童玉卓跟我打電話,今天她和小唯一塊去人工湖看天鵝了。她說小唯肚中的孩子也很喜歡天鵝,小唯說看到天鵝的時候那孩子肚中亂動。
我聽后勉強地笑了笑,隨后跟她聊了點別的。
我對這個小男孩的情感很復雜,他讓我有點不知道該如何面對。一想到他是自己妹妹受苦的證明,張澤天行暴的產物,我就有些憤恨,盡管我知道孩子是無辜的。
小唯自己會不會愛這個孩子呢?我不知道。
我會不會太小心眼,太幼稚了呢?為了大人之間的那些恩怨去埋怨孩子。
2018年9月25日晴
何之唯是我的妹妹。她1992年11月18日出生,現在二十五歲。
昨晚難得和小唯一起睡了,我們晚上聊了很久的天,這種感覺有點像小時候。
我跟她抱怨了很多工作上的事,無薪加班讓我積怨已久。我一邊說著,一邊義憤填膺地大罵自己出版社領導。她就一邊聽一邊笑,隨后說:你也可以不上班呀,我養你還是綽綽有余的。我當即就感動了,但還是扯了句女兒當自強,班還是要上的。
我的話匣子打開了,看了一下手機上的時間,還不算晚,于是在這之后就一直叭叭叭個不停。小唯總是很安靜地聽著,時不時回兩句話。
她還是一如既往地安靜,但最近笑的次數變多了,整個人看起來溫和了許多。
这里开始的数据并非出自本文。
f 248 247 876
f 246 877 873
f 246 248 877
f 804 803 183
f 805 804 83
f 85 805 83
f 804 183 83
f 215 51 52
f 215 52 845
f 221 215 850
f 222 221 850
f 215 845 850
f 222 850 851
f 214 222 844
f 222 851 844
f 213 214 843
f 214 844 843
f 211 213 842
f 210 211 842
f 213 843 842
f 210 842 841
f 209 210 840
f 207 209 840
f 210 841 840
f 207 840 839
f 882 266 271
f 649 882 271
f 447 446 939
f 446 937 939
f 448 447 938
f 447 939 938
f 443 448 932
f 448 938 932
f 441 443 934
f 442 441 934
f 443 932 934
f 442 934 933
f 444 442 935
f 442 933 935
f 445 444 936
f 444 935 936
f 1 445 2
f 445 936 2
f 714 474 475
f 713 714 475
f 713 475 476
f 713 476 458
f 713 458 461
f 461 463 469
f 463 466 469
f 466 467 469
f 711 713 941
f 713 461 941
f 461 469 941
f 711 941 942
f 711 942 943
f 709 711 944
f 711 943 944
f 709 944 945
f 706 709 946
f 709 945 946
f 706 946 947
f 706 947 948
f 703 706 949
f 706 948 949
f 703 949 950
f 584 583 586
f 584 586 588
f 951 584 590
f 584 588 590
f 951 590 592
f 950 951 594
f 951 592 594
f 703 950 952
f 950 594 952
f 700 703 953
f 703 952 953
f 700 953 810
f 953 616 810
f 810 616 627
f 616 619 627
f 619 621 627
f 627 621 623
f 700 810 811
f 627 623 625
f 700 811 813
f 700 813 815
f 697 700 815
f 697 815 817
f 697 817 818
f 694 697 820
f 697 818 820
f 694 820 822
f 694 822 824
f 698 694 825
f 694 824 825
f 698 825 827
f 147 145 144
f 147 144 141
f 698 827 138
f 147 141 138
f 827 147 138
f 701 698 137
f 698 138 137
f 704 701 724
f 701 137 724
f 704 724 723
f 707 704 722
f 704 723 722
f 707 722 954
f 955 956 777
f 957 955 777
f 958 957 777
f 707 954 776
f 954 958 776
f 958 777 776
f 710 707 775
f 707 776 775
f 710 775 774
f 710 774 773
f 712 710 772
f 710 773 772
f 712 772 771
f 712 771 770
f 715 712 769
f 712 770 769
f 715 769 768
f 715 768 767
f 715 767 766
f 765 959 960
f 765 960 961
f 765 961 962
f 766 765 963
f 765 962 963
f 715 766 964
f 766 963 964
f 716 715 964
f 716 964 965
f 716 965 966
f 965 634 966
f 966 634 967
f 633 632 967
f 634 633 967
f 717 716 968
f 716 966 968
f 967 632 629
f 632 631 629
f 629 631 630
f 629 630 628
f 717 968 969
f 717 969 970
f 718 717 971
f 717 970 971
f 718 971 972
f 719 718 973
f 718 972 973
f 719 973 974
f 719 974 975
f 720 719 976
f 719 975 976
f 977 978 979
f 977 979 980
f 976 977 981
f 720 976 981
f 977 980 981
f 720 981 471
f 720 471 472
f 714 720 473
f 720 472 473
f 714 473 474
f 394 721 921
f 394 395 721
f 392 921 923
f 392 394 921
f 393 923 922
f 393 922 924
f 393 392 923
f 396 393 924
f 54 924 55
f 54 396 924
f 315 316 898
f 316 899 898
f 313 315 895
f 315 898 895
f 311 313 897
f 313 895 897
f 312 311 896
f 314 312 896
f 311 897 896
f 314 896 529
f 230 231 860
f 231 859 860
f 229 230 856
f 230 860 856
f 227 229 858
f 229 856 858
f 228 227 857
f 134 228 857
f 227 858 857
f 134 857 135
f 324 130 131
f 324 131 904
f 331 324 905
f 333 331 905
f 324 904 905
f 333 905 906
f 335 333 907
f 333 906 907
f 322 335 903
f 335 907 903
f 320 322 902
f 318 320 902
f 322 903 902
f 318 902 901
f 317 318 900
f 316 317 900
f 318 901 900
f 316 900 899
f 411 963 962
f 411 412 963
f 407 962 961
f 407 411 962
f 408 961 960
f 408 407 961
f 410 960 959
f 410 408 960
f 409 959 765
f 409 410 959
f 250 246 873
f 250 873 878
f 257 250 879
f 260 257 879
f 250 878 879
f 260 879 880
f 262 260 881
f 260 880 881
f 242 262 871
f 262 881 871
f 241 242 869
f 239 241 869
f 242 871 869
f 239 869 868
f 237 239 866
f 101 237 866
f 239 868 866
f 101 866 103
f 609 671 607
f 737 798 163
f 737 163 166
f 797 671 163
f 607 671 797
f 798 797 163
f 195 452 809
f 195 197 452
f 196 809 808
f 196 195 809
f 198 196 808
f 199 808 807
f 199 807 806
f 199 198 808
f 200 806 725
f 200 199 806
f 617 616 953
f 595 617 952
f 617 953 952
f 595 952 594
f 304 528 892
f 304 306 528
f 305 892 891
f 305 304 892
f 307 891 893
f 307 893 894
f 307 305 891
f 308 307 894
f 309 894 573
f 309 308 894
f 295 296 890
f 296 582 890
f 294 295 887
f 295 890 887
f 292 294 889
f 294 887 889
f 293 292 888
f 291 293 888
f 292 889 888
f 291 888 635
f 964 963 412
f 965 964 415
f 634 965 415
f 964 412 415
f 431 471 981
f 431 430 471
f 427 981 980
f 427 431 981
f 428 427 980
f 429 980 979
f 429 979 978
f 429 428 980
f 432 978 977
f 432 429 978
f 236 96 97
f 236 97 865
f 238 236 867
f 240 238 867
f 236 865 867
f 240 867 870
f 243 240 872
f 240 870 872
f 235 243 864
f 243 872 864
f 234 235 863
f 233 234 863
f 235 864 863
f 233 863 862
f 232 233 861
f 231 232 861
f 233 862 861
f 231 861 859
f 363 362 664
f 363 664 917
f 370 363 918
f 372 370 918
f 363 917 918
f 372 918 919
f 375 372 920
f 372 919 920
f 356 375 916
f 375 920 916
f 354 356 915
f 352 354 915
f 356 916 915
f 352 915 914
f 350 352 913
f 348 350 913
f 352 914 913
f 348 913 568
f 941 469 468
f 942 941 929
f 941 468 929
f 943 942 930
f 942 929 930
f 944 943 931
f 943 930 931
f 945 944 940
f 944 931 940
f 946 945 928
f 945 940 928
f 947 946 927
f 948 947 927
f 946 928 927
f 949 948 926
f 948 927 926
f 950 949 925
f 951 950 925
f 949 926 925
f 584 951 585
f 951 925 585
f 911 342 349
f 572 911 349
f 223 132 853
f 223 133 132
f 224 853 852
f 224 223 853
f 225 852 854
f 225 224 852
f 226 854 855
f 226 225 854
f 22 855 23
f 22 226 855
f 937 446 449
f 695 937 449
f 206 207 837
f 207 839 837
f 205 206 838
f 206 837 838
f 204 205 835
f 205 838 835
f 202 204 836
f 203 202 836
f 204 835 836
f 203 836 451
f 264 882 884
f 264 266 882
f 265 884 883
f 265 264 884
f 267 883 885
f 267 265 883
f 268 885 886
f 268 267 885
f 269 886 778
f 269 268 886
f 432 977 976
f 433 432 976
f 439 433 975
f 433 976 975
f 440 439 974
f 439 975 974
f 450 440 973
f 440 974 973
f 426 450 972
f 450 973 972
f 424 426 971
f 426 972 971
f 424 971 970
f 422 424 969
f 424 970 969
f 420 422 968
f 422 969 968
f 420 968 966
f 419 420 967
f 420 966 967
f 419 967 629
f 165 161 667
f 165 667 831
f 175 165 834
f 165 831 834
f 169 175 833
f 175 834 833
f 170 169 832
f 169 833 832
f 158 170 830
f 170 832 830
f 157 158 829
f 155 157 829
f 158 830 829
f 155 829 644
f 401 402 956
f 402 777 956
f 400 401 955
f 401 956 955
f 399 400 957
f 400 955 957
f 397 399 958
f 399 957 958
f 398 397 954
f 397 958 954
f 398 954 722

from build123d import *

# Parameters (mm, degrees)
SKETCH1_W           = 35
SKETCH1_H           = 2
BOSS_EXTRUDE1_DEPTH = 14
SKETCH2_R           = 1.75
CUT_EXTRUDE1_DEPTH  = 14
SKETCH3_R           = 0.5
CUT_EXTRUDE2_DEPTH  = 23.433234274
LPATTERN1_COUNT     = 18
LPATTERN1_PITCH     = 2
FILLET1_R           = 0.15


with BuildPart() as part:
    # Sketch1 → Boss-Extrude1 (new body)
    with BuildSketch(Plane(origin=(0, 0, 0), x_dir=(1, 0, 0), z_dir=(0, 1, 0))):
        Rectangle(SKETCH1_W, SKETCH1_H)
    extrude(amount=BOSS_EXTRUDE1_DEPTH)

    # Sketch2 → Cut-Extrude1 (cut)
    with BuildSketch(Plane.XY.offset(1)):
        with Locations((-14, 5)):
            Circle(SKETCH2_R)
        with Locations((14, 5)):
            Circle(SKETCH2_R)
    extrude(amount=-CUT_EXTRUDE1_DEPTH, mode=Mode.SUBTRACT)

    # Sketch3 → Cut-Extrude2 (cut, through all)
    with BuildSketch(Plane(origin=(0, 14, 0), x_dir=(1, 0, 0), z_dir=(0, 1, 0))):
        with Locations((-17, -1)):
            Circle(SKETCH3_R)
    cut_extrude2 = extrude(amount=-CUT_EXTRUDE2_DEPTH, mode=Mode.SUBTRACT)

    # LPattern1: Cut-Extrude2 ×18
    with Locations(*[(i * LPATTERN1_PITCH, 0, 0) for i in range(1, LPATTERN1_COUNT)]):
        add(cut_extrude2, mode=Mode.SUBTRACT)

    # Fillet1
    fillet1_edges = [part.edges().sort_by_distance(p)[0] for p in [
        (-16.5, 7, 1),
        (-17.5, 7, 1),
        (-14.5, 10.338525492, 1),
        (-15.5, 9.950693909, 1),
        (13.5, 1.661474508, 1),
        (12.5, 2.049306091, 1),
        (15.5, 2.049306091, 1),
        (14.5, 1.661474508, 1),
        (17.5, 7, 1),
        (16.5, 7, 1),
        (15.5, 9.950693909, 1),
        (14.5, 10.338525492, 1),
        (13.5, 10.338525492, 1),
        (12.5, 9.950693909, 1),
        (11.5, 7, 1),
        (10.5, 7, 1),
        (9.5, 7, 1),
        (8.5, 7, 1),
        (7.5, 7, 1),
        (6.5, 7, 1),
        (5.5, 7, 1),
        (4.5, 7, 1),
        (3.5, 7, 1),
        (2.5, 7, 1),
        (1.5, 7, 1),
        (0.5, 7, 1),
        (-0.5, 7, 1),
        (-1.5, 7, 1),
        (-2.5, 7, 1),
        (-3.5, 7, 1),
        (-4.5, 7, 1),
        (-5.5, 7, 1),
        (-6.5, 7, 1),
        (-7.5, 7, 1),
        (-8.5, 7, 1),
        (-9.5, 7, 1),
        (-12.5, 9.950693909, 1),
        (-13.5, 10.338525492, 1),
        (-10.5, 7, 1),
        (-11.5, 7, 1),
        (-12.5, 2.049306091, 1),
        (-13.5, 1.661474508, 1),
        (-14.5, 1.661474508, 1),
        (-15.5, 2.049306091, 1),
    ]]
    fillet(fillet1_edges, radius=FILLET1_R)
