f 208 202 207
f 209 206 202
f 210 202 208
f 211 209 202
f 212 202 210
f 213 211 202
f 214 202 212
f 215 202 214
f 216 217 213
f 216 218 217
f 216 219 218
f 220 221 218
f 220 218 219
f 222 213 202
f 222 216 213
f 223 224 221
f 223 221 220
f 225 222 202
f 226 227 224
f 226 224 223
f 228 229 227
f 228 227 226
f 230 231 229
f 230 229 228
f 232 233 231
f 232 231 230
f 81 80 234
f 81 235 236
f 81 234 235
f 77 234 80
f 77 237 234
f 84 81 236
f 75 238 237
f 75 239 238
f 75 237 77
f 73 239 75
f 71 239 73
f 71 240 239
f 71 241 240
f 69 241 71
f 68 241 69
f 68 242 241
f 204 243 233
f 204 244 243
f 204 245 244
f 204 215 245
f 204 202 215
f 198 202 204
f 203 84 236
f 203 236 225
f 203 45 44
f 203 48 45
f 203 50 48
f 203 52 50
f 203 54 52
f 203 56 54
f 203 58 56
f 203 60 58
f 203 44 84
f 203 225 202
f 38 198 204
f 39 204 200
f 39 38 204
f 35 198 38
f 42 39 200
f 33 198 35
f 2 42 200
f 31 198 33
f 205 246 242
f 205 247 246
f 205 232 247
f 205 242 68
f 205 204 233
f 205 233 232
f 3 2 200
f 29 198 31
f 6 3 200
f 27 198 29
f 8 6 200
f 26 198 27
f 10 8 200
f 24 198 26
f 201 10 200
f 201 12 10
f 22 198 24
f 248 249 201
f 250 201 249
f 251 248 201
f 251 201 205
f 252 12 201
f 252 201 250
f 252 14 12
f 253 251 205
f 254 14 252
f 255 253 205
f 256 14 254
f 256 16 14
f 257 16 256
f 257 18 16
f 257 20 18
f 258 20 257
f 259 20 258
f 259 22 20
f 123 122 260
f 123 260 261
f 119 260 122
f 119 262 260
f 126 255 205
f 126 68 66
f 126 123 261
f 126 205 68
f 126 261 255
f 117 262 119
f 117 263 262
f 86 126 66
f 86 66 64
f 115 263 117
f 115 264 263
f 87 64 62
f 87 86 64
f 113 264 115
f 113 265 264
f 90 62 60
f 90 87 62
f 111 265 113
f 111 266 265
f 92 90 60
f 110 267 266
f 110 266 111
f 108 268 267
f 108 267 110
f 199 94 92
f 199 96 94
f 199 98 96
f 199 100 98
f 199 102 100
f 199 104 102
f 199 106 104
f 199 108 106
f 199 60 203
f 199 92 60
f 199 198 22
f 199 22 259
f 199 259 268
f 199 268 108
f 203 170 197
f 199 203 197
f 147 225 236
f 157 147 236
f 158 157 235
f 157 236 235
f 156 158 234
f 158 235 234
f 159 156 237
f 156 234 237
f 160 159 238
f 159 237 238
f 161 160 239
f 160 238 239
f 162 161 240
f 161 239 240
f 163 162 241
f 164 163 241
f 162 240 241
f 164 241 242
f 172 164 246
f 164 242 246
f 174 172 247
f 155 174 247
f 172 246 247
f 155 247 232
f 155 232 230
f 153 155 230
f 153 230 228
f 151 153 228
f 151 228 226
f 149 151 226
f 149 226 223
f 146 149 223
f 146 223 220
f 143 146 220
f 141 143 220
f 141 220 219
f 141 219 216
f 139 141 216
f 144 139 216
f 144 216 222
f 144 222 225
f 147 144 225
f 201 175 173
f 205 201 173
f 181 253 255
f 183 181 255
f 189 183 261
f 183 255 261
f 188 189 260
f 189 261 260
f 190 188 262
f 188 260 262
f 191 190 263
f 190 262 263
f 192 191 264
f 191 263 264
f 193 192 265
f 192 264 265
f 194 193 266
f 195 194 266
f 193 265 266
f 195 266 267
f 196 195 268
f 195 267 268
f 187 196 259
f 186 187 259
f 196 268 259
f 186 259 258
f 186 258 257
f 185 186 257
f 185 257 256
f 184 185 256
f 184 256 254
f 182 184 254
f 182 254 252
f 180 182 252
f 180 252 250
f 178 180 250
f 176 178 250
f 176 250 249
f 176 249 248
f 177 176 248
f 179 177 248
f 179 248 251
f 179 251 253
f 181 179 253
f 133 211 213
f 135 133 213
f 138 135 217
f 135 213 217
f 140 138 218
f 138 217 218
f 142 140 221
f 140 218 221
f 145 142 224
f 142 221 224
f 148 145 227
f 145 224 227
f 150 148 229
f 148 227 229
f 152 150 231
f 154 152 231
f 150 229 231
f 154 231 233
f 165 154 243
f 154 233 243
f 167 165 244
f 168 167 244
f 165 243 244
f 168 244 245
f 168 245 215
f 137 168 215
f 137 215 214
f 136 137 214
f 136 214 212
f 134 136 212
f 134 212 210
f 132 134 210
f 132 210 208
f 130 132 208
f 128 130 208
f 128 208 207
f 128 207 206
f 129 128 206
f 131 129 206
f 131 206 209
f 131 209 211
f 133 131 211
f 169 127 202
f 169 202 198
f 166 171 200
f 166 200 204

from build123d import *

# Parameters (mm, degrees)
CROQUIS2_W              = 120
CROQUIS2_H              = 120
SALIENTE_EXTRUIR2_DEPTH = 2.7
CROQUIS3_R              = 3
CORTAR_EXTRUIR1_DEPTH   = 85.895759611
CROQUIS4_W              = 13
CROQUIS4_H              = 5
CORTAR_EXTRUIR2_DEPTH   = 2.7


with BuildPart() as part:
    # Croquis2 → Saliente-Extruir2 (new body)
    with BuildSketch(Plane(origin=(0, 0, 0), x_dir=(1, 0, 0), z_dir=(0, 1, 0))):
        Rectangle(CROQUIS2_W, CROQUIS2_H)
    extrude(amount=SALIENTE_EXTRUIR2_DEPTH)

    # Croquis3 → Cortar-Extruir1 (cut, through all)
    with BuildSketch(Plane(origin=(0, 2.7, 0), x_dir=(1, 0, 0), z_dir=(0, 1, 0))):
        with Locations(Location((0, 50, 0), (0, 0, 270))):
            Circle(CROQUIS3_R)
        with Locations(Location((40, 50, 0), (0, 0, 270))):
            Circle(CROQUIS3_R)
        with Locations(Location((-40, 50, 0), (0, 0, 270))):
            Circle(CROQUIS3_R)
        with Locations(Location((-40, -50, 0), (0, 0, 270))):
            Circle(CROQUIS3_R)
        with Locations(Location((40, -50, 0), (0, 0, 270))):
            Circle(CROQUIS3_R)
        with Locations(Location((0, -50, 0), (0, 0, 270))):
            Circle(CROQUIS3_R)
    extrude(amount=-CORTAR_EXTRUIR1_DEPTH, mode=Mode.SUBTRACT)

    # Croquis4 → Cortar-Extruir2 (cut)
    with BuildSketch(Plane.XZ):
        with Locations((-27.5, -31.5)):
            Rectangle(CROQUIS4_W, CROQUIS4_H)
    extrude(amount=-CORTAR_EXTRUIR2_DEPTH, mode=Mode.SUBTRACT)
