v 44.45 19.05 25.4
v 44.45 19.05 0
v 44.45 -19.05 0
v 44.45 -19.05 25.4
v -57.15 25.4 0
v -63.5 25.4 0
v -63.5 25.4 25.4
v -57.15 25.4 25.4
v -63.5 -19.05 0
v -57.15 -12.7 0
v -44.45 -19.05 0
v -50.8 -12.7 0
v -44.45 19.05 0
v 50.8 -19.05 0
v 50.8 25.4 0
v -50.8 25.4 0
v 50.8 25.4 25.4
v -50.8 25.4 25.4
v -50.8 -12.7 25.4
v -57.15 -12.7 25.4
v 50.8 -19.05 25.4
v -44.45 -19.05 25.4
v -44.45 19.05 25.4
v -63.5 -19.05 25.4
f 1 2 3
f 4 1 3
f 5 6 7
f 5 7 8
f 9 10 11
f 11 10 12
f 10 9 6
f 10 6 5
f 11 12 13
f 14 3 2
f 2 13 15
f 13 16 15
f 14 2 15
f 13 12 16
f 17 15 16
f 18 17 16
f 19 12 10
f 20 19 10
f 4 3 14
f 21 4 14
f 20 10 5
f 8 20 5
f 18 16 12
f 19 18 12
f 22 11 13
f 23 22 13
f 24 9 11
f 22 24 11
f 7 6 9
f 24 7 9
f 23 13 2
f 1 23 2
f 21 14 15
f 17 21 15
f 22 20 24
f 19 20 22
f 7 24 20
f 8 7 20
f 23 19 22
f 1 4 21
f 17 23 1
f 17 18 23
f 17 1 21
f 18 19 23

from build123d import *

# Parameters (mm, degrees)
F0_W     = 6.35
F0_H     = 38.1
F1_DEPTH = 25.4


with BuildPart() as f1:
    # F0 (on Top) → F1 (new body)
    with BuildSketch(Plane.XY):
        with Locations((-60.325, 6.35)):
            Rectangle(F0_W, F0_H)
        Polygon((-63.5, -19.05), (-50.8, -19.05), (-50.8, -12.7), (-57.15, -12.7), (-63.5, -12.7), align=None)
        Polygon((-50.8, -19.05), (-44.45, -19.05), (-44.45, 19.05), (-50.8, 19.05), (-50.8, -12.7), align=None)
        Polygon((-44.45, 19.05), (44.45, 19.05), (44.45, 25.4), (-50.8, 25.4), (-50.8, 19.05), align=None)
        Polygon((44.45, 19.05), (44.45, -19.05), (50.8, -19.05), (50.8, 25.4), (44.45, 25.4), align=None)
    extrude(amount=F1_DEPTH)


solid = f1.part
因為到了孕中期,她的肚子已經不小了,所以基本上只能側睡。我和她面對著面,看她因為胎動無意識地皺了皺眉,突然很想去抱她。
她在我伸長胳膊的時候下意識捂住肚子,怕我的手臂壓到她的肚子。我突然感慨道,她已經是個孩子的母親了,和以前確實不一樣。